Since the coefficients on the $X$ and $X^2$ are constants, more generally, we can find the distribution of $$Y \sim aX^2+bX$$ The probability that $Y = y$ is given by the probability that $aX^2+bX = y$. This is equal to the probability that $aX^2+bX - y = 0 \to X = \frac{-b \pm \sqrt{b^2+4ay}}{2a}$. This means that the probability $Y = y$ is given by $$P\left(X=\frac{-b - \sqrt{b^2+4ay}}{2a}\right)+P\left(X=\frac{-b + \sqrt{b^2+4ay}}{2a}\right)$$

Edit: The above probability would technically be $0$ for a continuous probability distribution for a given $y$. This is actually the PDF of $y$.

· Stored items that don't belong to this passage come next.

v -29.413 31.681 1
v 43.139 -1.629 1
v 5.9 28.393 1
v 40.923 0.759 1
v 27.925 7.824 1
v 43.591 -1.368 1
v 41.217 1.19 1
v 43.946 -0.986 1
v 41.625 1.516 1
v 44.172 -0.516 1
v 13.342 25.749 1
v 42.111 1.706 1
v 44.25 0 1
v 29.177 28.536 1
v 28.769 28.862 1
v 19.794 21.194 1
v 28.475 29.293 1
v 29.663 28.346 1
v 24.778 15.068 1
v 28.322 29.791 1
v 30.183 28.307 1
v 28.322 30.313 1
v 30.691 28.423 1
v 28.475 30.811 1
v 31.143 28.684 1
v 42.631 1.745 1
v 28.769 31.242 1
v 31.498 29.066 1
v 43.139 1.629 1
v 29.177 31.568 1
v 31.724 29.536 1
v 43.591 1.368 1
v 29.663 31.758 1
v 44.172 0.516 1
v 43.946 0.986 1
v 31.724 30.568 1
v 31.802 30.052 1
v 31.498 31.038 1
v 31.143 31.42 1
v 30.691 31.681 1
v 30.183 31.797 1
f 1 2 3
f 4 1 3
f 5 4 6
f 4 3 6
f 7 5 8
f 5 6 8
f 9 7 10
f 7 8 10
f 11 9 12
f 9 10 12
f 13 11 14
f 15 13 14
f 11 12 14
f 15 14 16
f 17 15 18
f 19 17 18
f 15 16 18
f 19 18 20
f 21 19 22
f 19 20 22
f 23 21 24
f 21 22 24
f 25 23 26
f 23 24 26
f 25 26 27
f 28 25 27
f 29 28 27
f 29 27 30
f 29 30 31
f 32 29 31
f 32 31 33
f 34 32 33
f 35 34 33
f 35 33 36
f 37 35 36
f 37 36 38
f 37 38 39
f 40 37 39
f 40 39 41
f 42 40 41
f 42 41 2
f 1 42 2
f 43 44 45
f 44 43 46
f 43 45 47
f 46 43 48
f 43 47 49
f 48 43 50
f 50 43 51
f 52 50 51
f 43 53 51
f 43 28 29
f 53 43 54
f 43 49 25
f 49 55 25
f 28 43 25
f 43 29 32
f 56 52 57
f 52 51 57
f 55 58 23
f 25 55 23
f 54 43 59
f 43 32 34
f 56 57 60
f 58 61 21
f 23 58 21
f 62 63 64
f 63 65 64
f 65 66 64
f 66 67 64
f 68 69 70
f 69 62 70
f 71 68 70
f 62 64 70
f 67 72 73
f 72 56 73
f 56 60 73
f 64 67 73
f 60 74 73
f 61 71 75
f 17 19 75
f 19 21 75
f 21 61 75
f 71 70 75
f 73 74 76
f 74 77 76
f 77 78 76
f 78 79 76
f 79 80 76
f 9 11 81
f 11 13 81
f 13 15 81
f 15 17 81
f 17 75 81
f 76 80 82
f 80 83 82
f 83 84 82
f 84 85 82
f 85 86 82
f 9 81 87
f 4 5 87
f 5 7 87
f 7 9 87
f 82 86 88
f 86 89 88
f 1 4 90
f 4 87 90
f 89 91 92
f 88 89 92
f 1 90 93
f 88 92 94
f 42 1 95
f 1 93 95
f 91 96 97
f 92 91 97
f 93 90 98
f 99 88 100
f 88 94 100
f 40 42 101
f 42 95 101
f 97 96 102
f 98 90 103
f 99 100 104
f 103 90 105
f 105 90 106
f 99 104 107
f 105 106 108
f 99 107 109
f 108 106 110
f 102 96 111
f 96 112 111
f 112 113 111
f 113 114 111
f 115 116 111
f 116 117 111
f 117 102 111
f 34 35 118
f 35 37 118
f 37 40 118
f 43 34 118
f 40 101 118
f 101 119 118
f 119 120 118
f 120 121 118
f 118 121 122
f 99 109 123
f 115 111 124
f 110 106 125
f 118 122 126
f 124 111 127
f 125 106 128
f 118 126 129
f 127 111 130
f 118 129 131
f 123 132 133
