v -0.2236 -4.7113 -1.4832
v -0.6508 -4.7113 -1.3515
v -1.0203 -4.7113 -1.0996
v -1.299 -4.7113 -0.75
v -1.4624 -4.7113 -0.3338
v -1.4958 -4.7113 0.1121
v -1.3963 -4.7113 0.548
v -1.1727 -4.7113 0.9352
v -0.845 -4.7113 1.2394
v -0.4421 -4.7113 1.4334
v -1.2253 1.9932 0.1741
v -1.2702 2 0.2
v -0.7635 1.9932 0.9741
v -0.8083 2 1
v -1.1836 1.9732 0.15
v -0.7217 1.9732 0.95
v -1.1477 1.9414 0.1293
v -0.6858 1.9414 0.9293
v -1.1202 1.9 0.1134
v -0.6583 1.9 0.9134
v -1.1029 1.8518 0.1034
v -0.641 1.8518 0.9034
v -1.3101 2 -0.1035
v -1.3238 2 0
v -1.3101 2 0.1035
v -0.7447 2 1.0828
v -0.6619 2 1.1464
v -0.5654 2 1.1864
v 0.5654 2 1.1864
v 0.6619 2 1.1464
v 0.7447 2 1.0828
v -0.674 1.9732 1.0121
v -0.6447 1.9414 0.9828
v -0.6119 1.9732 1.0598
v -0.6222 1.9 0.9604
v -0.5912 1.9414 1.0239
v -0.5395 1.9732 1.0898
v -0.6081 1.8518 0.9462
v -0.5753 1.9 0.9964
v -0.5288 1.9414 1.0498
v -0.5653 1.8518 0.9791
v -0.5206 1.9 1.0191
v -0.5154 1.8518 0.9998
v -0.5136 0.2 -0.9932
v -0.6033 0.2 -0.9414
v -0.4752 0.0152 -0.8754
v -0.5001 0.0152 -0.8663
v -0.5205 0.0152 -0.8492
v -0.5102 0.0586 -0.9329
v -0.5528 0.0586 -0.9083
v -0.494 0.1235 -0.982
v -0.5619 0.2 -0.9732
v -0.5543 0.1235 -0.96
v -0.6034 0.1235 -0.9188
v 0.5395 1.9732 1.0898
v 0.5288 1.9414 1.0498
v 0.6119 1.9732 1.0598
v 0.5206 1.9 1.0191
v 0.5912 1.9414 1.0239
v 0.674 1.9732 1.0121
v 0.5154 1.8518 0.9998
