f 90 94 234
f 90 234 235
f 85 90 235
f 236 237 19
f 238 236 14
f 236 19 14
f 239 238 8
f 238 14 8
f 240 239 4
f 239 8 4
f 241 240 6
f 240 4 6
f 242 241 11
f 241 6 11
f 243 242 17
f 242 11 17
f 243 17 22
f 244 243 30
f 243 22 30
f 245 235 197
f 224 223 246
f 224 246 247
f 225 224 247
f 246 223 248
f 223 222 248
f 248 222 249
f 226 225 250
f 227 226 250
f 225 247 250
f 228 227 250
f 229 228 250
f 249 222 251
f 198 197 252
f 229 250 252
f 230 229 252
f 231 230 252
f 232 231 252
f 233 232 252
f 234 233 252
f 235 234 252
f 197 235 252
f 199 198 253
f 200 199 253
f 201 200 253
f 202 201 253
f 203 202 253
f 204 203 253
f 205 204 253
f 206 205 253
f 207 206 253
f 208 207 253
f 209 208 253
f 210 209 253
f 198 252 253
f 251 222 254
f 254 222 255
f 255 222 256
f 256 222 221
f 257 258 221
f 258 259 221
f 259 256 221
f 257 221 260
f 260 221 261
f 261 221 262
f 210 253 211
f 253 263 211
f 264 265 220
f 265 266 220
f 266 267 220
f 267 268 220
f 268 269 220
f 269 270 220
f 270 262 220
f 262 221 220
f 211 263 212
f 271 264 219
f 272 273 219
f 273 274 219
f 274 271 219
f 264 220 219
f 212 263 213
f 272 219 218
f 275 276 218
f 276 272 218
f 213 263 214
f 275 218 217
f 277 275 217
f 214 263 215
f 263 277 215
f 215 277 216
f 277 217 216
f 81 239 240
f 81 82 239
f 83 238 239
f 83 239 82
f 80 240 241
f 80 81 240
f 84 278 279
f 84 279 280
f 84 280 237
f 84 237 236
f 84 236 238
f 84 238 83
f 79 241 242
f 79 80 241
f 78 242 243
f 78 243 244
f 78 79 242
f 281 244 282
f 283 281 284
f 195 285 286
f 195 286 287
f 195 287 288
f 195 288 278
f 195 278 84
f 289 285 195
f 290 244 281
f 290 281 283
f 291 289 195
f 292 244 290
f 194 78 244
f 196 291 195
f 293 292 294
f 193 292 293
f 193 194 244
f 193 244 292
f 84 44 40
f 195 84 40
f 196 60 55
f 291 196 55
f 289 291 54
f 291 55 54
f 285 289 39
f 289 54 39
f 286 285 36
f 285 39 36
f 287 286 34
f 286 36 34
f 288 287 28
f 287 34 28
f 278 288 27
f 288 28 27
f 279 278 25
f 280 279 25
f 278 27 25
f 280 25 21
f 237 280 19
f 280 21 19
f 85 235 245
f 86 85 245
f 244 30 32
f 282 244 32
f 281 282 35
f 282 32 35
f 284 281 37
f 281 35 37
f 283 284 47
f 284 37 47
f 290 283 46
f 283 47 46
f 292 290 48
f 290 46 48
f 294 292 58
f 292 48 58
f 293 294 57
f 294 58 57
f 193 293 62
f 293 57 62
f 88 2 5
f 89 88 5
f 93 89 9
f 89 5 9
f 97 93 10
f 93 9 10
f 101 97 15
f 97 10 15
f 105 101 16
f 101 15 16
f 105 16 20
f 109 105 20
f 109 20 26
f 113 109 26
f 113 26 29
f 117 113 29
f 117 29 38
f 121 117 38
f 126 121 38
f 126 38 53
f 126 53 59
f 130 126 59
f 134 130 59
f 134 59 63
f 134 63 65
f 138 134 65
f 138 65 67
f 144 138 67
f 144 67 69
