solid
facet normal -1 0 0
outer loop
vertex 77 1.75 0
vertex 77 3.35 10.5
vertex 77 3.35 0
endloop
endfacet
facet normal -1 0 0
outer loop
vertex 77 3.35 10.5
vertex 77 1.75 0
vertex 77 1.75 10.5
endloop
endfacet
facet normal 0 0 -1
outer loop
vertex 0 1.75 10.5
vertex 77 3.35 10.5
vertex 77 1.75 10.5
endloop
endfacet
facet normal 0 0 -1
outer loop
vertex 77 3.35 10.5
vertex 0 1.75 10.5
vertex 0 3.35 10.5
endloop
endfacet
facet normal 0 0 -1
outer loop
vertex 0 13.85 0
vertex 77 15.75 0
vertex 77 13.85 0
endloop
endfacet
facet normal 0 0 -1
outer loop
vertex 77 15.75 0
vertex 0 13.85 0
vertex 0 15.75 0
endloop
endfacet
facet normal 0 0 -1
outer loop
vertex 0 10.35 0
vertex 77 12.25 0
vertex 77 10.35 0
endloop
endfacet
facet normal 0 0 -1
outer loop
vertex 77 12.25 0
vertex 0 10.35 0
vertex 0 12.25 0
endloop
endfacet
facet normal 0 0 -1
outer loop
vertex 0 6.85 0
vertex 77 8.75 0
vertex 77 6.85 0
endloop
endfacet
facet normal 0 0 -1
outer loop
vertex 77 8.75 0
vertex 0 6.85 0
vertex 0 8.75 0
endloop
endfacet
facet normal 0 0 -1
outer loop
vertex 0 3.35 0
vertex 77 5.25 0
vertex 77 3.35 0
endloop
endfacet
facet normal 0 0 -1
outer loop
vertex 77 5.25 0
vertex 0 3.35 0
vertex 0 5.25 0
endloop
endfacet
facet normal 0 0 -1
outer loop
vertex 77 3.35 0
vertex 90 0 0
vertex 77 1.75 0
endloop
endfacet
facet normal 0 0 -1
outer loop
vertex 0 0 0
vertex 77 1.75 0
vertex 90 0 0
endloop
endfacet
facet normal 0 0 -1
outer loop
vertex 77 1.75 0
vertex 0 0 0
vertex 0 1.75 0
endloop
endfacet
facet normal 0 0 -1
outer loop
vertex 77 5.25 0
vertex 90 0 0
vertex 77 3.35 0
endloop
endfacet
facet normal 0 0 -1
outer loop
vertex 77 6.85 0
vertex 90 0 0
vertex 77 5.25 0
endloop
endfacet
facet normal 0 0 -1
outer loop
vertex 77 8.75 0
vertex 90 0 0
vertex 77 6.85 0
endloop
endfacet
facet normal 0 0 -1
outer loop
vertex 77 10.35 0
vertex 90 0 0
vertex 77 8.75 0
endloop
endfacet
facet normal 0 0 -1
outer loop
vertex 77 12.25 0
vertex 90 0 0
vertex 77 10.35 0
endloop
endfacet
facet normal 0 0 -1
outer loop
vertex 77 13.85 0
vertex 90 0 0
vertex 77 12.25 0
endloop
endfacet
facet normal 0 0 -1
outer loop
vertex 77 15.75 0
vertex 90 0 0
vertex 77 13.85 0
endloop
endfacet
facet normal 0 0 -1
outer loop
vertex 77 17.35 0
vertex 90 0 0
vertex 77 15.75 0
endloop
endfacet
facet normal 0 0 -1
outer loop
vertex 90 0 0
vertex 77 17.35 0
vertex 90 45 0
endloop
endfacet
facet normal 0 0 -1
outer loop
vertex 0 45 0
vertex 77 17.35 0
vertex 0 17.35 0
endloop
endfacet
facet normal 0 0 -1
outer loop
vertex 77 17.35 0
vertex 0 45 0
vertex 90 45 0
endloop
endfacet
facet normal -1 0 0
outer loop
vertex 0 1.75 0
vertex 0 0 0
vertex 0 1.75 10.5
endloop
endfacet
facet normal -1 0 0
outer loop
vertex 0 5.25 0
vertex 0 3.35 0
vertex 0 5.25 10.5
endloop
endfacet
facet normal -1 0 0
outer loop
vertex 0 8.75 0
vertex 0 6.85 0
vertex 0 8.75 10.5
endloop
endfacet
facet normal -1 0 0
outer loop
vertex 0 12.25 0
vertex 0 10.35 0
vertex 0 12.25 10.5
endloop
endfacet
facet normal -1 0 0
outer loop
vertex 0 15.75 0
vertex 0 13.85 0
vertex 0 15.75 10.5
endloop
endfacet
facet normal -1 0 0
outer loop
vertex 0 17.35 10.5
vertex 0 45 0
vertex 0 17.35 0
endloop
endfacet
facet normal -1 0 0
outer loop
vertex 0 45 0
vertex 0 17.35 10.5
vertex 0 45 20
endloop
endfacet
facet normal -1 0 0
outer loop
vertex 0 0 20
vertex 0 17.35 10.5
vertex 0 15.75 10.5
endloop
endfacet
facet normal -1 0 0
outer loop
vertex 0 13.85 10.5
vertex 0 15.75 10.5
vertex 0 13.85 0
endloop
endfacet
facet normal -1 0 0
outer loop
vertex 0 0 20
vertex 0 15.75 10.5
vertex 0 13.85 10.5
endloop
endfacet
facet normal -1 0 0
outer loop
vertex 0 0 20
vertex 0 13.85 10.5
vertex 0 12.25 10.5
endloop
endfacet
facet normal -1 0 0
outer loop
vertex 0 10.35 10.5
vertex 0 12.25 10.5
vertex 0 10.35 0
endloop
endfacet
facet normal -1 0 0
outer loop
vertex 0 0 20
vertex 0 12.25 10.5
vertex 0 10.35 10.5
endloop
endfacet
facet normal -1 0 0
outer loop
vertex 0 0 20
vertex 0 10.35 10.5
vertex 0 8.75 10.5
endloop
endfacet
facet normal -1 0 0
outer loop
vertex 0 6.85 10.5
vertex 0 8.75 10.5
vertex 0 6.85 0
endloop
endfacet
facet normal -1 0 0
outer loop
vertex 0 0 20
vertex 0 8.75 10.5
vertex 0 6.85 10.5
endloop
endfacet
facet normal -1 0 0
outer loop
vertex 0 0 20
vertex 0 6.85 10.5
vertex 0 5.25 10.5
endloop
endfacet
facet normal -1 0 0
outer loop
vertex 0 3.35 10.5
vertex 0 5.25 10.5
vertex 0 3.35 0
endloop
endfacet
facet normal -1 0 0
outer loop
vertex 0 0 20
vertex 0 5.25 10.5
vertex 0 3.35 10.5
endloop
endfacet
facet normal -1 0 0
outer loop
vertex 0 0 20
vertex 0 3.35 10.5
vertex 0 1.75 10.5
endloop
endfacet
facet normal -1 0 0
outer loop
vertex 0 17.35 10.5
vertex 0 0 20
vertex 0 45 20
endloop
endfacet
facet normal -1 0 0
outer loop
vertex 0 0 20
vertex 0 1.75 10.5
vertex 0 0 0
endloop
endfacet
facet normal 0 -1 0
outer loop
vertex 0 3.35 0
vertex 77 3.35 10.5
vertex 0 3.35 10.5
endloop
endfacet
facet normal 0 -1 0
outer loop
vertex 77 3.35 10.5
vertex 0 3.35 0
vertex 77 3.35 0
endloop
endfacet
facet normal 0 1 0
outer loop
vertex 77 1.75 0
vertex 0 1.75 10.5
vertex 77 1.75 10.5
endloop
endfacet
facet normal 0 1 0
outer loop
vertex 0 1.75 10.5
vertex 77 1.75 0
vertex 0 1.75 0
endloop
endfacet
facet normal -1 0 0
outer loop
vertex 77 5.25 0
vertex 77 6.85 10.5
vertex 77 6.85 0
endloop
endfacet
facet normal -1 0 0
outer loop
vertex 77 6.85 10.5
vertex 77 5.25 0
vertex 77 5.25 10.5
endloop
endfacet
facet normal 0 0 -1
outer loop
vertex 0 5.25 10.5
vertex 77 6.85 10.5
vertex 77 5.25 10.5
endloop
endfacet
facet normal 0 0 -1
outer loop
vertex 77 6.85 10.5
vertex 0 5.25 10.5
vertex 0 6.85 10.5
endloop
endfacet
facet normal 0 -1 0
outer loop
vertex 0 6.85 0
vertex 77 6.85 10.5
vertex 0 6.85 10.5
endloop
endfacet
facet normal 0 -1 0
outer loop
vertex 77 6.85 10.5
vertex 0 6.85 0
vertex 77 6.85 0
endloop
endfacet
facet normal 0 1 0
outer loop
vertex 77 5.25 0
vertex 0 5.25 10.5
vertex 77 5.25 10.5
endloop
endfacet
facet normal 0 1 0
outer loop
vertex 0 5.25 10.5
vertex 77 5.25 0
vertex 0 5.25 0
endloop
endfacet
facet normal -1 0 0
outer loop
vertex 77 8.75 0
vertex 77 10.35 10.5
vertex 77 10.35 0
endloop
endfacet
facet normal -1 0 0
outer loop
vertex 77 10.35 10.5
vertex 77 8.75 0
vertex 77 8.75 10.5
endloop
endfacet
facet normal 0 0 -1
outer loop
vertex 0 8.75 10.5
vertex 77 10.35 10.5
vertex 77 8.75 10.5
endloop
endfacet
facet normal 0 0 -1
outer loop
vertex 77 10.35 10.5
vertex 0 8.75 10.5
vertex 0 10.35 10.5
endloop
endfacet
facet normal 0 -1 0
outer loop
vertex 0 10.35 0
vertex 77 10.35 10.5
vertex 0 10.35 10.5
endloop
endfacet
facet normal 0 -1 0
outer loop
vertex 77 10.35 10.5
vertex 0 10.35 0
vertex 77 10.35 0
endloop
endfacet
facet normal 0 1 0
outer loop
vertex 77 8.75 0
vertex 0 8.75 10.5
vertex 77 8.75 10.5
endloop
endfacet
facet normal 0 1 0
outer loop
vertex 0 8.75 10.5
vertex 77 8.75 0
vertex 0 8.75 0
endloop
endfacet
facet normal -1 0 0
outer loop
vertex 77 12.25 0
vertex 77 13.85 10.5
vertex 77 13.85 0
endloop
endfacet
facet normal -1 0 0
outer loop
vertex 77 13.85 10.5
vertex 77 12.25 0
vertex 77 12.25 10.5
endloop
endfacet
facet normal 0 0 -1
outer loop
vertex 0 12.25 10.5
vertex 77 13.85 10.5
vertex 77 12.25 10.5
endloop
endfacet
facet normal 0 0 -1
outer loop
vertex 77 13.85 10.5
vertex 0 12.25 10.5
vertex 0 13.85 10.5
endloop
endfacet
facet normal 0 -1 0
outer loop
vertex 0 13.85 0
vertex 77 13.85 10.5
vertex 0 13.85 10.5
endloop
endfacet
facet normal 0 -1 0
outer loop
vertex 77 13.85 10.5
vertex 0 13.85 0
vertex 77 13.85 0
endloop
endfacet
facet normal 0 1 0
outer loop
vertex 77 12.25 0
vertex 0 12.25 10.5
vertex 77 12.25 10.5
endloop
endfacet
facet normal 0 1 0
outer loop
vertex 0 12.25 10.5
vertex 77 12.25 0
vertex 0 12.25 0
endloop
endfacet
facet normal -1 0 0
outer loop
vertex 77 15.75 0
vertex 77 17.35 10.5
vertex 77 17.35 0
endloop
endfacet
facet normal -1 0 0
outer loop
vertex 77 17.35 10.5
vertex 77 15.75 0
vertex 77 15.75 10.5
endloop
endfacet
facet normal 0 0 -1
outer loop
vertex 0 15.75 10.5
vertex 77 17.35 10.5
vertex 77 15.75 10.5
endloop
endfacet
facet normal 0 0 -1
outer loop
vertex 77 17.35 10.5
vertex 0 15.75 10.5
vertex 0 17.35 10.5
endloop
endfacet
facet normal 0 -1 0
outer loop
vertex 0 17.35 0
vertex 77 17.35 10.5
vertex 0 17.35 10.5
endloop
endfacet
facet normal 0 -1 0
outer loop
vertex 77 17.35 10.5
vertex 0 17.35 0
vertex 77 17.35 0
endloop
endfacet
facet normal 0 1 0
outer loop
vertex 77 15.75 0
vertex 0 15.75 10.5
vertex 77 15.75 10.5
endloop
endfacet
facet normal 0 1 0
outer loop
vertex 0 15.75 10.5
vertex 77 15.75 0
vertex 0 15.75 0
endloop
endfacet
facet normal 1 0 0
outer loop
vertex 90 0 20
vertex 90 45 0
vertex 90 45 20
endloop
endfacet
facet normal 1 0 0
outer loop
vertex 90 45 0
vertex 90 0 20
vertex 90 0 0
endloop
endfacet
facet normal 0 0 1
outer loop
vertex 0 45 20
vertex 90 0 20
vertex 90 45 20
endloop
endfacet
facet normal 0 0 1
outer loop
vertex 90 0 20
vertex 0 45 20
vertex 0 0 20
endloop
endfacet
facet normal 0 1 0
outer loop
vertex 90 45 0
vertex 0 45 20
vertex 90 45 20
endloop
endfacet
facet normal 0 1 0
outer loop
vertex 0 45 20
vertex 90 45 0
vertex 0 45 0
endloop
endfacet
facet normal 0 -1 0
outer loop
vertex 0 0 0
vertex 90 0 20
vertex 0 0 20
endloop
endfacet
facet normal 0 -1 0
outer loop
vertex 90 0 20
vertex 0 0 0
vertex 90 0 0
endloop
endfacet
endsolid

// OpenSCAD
$fn = 128;

// --- Dimensions ---
// Base block dimensions
$base_length_X = 90;
$base_width_Y = 45;
$base_height_Z = 20;

// Slide dimensions (mm)
$slide_length = 75;
$slide_width = 25;
$slide_thickness = 1;

// Slot dimensions
$slot_length = 77;
$slot_width = 1.6;
$slot_depth = 10;

// Slot layout
$slot_count = 10;
$slot_spacing = 3.5; // centre-to-centre in Y
$group_centre_Y = 0; // Group of slots centred on block in Y

// --- Variables ---
// Calculate slot positions
// Total width of slots = slot_count * slot_width
// Total gap width = (slot_count - 1) * slot_spacing
// We need to center this group.
// The group of centers is at Y = group_centre_Y.
// Since we are using for loops with an offset, we can calculate the offset for the first slot.

// Calculate the offset for the first slot center to center the group
// The centers are at: y0, y0 + spacing, y0 + 2*spacing, ...
// The average of these centers should be 0.
// y0 + (slot_count - 1)/2 * spacing = 0
// y0 = - (slot_count - 1)/2 * spacing
$first_slot_offset = - (($slot_count - 1) / 2) * $slot_spacing;

// --- Build ---

difference() {
    
    // 1. Base Block
    // Rests on XY plane at z=0. Centred on origin.
    translate([0, 0, 0])
    cube([
        $base_length_X, 
        $base_width_Y, 
        $base_height_Z
    ]);

    // 2. Slots
    // Cut 10 parallel slots running along X.
    // Open at the top (Z direction).
    // Slots are 77mm long, 1.6mm wide, 10mm deep.
    // Spacing 3.5mm centre-to-centre in Y.
    // Group centred on block in X and Y.
    
    for (i = [0 : $slot_count - 1]) {
        // Calculate Y position for this slot
        $y_pos = $first_slot_offset + (i * $slot_spacing);
        
        // Slot geometry:
        // Length: 77 (along X)
        // Width: 1.6 (along Y)
        // Depth: 10 (along Z)
        // Position: Centred at (0, y_pos, 0) relative to the block face
        
        // Rule 5: Extend cutting shape slightly past faces to avoid coplanar faces
        // Extend 0.5mm in Z direction (depth)
        translate([0, $y_pos, 0])
        cube([
            $slot_length,
            $slot_width,
            $slot_depth + 0.5
        ]);
    }
}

I wasn't being very mathematically rigorous previously, but the CDF would be $$P(Y < y) = \int_{-\infty}^{y} f_Y(t) dt$$ where $f_Y(t)$ is the PDF of $Y$. The PDF is given by $P(Y=y)=f_Y(y)$.